A produção de fungos por meio da fermentação líquida foi aprimorada durante a realização de doutorado do analista da Embrapa Meio Ambiente (SP) Gabriel Mascarin, nos Estados Unidos, em 2015, orientado pelo pesquisador Mark Alan Jackson, do Serviço de Pesquisa Agrícola do Departamento de Agricultura dos Estados Unidos (ARS-USDA). A pesquisa obteve sucesso com os fungos Beauveria bassiana e Trichoderma.
As pesquisas culminaram no registro de duas patentes de uso comum nos países.
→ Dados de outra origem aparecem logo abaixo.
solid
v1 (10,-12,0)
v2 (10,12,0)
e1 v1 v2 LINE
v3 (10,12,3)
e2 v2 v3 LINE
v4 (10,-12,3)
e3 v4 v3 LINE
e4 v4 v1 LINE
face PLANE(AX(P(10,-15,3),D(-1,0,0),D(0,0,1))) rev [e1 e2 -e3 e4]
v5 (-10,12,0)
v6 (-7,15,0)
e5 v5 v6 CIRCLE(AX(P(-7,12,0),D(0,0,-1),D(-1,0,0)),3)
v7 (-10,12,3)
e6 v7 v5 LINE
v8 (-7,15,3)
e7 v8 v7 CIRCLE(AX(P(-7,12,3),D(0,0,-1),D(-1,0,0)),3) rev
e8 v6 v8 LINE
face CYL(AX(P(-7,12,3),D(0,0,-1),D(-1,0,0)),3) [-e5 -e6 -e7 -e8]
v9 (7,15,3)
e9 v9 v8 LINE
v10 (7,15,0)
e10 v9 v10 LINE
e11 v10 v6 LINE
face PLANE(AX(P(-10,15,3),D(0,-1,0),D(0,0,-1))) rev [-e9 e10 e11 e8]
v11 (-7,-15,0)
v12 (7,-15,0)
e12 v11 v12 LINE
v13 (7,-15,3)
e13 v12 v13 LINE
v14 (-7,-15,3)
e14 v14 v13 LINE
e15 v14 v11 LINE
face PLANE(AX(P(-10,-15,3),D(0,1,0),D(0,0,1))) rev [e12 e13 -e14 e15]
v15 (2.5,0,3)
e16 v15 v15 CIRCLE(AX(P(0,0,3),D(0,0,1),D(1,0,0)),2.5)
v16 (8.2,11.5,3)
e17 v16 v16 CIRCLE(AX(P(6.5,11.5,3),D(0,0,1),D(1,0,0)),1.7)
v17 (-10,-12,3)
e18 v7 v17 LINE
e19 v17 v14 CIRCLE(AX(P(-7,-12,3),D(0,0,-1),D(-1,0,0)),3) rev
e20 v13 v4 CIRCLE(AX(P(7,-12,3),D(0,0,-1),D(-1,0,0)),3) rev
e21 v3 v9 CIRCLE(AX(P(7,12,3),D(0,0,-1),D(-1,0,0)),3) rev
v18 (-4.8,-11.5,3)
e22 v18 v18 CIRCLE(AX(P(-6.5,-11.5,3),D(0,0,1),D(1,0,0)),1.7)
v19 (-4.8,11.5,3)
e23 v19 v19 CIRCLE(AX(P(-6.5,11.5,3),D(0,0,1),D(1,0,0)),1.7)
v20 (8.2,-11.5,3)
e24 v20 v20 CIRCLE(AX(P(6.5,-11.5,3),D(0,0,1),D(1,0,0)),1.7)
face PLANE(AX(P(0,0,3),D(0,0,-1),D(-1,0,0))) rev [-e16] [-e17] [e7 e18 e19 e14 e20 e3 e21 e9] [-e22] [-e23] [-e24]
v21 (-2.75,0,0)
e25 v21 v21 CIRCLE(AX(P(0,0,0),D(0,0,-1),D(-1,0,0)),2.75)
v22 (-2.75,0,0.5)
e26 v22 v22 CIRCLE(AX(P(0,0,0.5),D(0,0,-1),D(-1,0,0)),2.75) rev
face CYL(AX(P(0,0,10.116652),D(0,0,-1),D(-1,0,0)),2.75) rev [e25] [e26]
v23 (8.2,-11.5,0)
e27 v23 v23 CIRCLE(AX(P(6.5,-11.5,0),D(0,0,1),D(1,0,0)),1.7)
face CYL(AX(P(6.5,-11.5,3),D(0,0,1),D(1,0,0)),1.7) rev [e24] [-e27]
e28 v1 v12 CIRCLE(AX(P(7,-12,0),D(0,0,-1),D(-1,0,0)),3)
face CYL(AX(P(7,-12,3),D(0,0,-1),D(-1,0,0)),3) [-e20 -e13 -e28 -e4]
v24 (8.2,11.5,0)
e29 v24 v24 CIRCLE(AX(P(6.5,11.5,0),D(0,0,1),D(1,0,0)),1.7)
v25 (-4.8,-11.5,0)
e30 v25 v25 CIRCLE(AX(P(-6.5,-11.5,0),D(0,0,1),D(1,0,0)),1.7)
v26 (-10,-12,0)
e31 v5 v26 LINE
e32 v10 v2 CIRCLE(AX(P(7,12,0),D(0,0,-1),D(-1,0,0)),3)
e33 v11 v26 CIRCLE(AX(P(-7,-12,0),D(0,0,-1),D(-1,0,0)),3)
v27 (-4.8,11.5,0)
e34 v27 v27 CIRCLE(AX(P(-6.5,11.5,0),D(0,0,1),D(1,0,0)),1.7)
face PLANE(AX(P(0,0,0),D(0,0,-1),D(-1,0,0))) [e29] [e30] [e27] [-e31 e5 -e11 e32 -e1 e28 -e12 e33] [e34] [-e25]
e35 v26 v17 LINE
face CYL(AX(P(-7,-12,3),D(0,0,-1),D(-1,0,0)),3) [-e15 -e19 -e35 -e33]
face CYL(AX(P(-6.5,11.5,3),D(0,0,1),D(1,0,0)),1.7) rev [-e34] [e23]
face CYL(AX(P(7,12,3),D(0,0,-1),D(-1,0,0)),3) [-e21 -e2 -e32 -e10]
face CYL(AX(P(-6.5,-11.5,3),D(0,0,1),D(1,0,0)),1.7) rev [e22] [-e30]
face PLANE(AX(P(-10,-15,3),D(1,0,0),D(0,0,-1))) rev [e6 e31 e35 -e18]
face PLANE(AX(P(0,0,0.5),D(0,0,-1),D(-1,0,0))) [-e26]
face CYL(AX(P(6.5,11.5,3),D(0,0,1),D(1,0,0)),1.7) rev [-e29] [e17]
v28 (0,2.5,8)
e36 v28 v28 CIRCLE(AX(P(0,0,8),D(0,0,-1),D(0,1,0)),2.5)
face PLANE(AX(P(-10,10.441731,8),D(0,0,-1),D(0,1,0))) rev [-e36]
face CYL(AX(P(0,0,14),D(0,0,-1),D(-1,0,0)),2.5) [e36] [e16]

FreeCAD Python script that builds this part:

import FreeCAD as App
import Part
import Sketcher

V = App.Vector
Q = App.Units.Quantity


def edges_at(feature, points):
    """Names of the edges that pass closest to the given points."""
    edges = feature.Shape.Edges
    near = lambda p: min(range(len(edges)), key=lambda i: edges[i].distToShape(Part.Vertex(*p))[0])
    return sorted({f"Edge{near(p) + 1}" for p in points})


def add_polygon(sketch, points):
    """Adds a closed chain of lines whose ends are joined by coincident constraints."""
    first, n = sketch.GeometryCount, len(points)
    for a, b in zip(points, points[1:] + points[:1]):
        sketch.addGeometry(Part.LineSegment(App.Vector(*a, 0), App.Vector(*b, 0)), False)
    for i in range(n):
        sketch.addConstraint(Sketcher.Constraint("Coincident", first + i, 2, first + (i + 1) % n, 1))

doc = App.newDocument("Part")
body = doc.addObject("PartDesign::Body", "Body")

# Sketch on XY plane
sketch1 = body.newObject("Sketcher::SketchObject", "Sketch")
sketch1.AttachmentSupport = (doc.getObject("XY_Plane"), [""])
sketch1.MapMode = "FlatFace"
add_polygon(sketch1, [(-10, 15), (-10, -15), (10, -15), (10, 15)])  # lines 0-3
sketch1.addConstraint([
    Sketcher.Constraint("Vertical", 0),
    Sketcher.Constraint("Horizontal", 1),
    Sketcher.Constraint("Vertical", 2),
    Sketcher.Constraint("Horizontal", 3),
    Sketcher.Constraint("Symmetric", 0, 2, 2, 2, -1, 1),
    Sketcher.Constraint("DistanceX", 1, 1, 1, 2, Q("20 mm")),
    Sketcher.Constraint("DistanceY", 0, 2, 0, 1, Q("30 mm")),
])
pad1 = body.newObject("PartDesign::Pad", "Pad")
pad1.Profile = sketch1
pad1.Length = 3

# Sketch on XY plane
sketch2 = body.newObject("Sketcher::SketchObject", "Sketch001")
sketch2.AttachmentSupport = (doc.getObject("XY_Plane"), [""])
sketch2.MapMode = "FlatFace"
sketch2.AttachmentOffset = App.Placement(V(0, 0, 3), App.Rotation())
sketch2.addGeometry([
    Part.Circle(V(-6.5, 11.5, 0), V(0, 0, 1), 1.7),
    Part.Circle(V(6.5, 11.5, 0), V(0, 0, 1), 1.7),
    Part.Circle(V(6.5, -11.5, 0), V(0, 0, 1), 1.7),
    Part.Circle(V(-6.5, -11.5, 0), V(0, 0, 1), 1.7),
], False)
sketch2.addConstraint([
    Sketcher.Constraint("Equal", 0, 1),
    Sketcher.Constraint("Equal", 1, 2),
    Sketcher.Constraint("Equal", 2, 3),
    Sketcher.Constraint("Symmetric", 0, 3, 2, 3, -1, 1),
    Sketcher.Constraint("Symmetric", 1, 3, 3, 3, -1, 1),
    Sketcher.Constraint("Symmetric", 0, 3, 1, 3, -2),
    Sketcher.Constraint("Diameter", 0, Q("3.4 mm")),
    Sketcher.Constraint("DistanceX", 0, 3, 1, 3, Q("13 mm")),
    Sketcher.Constraint("DistanceY", 2, 3, 1, 3, Q("23 mm")),
])
doc.recompute()
hole = body.newObject("PartDesign::Hole", "Hole")
hole.Profile = sketch2
hole.ThreadType = "None"
hole.Diameter = 3.4
hole.DepthType = "ThroughAll"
A técnica também pode ser adaptada para produção de outros fungos benéficos, como Cordyceps (Isaria), Akanthomyces (Lecanicillium), Hirsutella e Metarhizium, entre outros.
Mascarin destaca o valor estratégico do novo sistema para a indústria, pois torna possível a produção rápida e econômica de altas concentrações de células fúngicas mais tolerantes à dessecação, mais estáveis e infectivas que aquelas obtidas pelo processo que a indústria tem usado, ou seja, o sistema de fermentação sólida-estática (FSE). Nesse segundo sistema, grãos umedecidos de cereais são comumente usados como substratos para obtenção de conídios, porém é um processo caro, moroso, de difícil controle de qualidade e que demanda muita mão de obra.
“Acreditamos que o avanço gerado pode revolucionar a indústria de bioinsumos, uma vez que a tecnologia abre o caminho para substituição dos processos na planta industrial, que atualmente estão calcados na fermentação sólida, um método oneroso e economicamente menos eficiente.”
O cientista explica que com a fermentação sólida, os conídios exigem até 20 horas para germinarem, após a reidratação. Com a fermentação líquida, os blastosporos de Beauveria, por exemplo, alcançam um índice germinativo de até 90% em apenas sete horas. Também é possível produzir esses blatosporos em apenas dois ou três dias com a FLS, enquanto na fermentação sólida, a produção leva mais de dez dias.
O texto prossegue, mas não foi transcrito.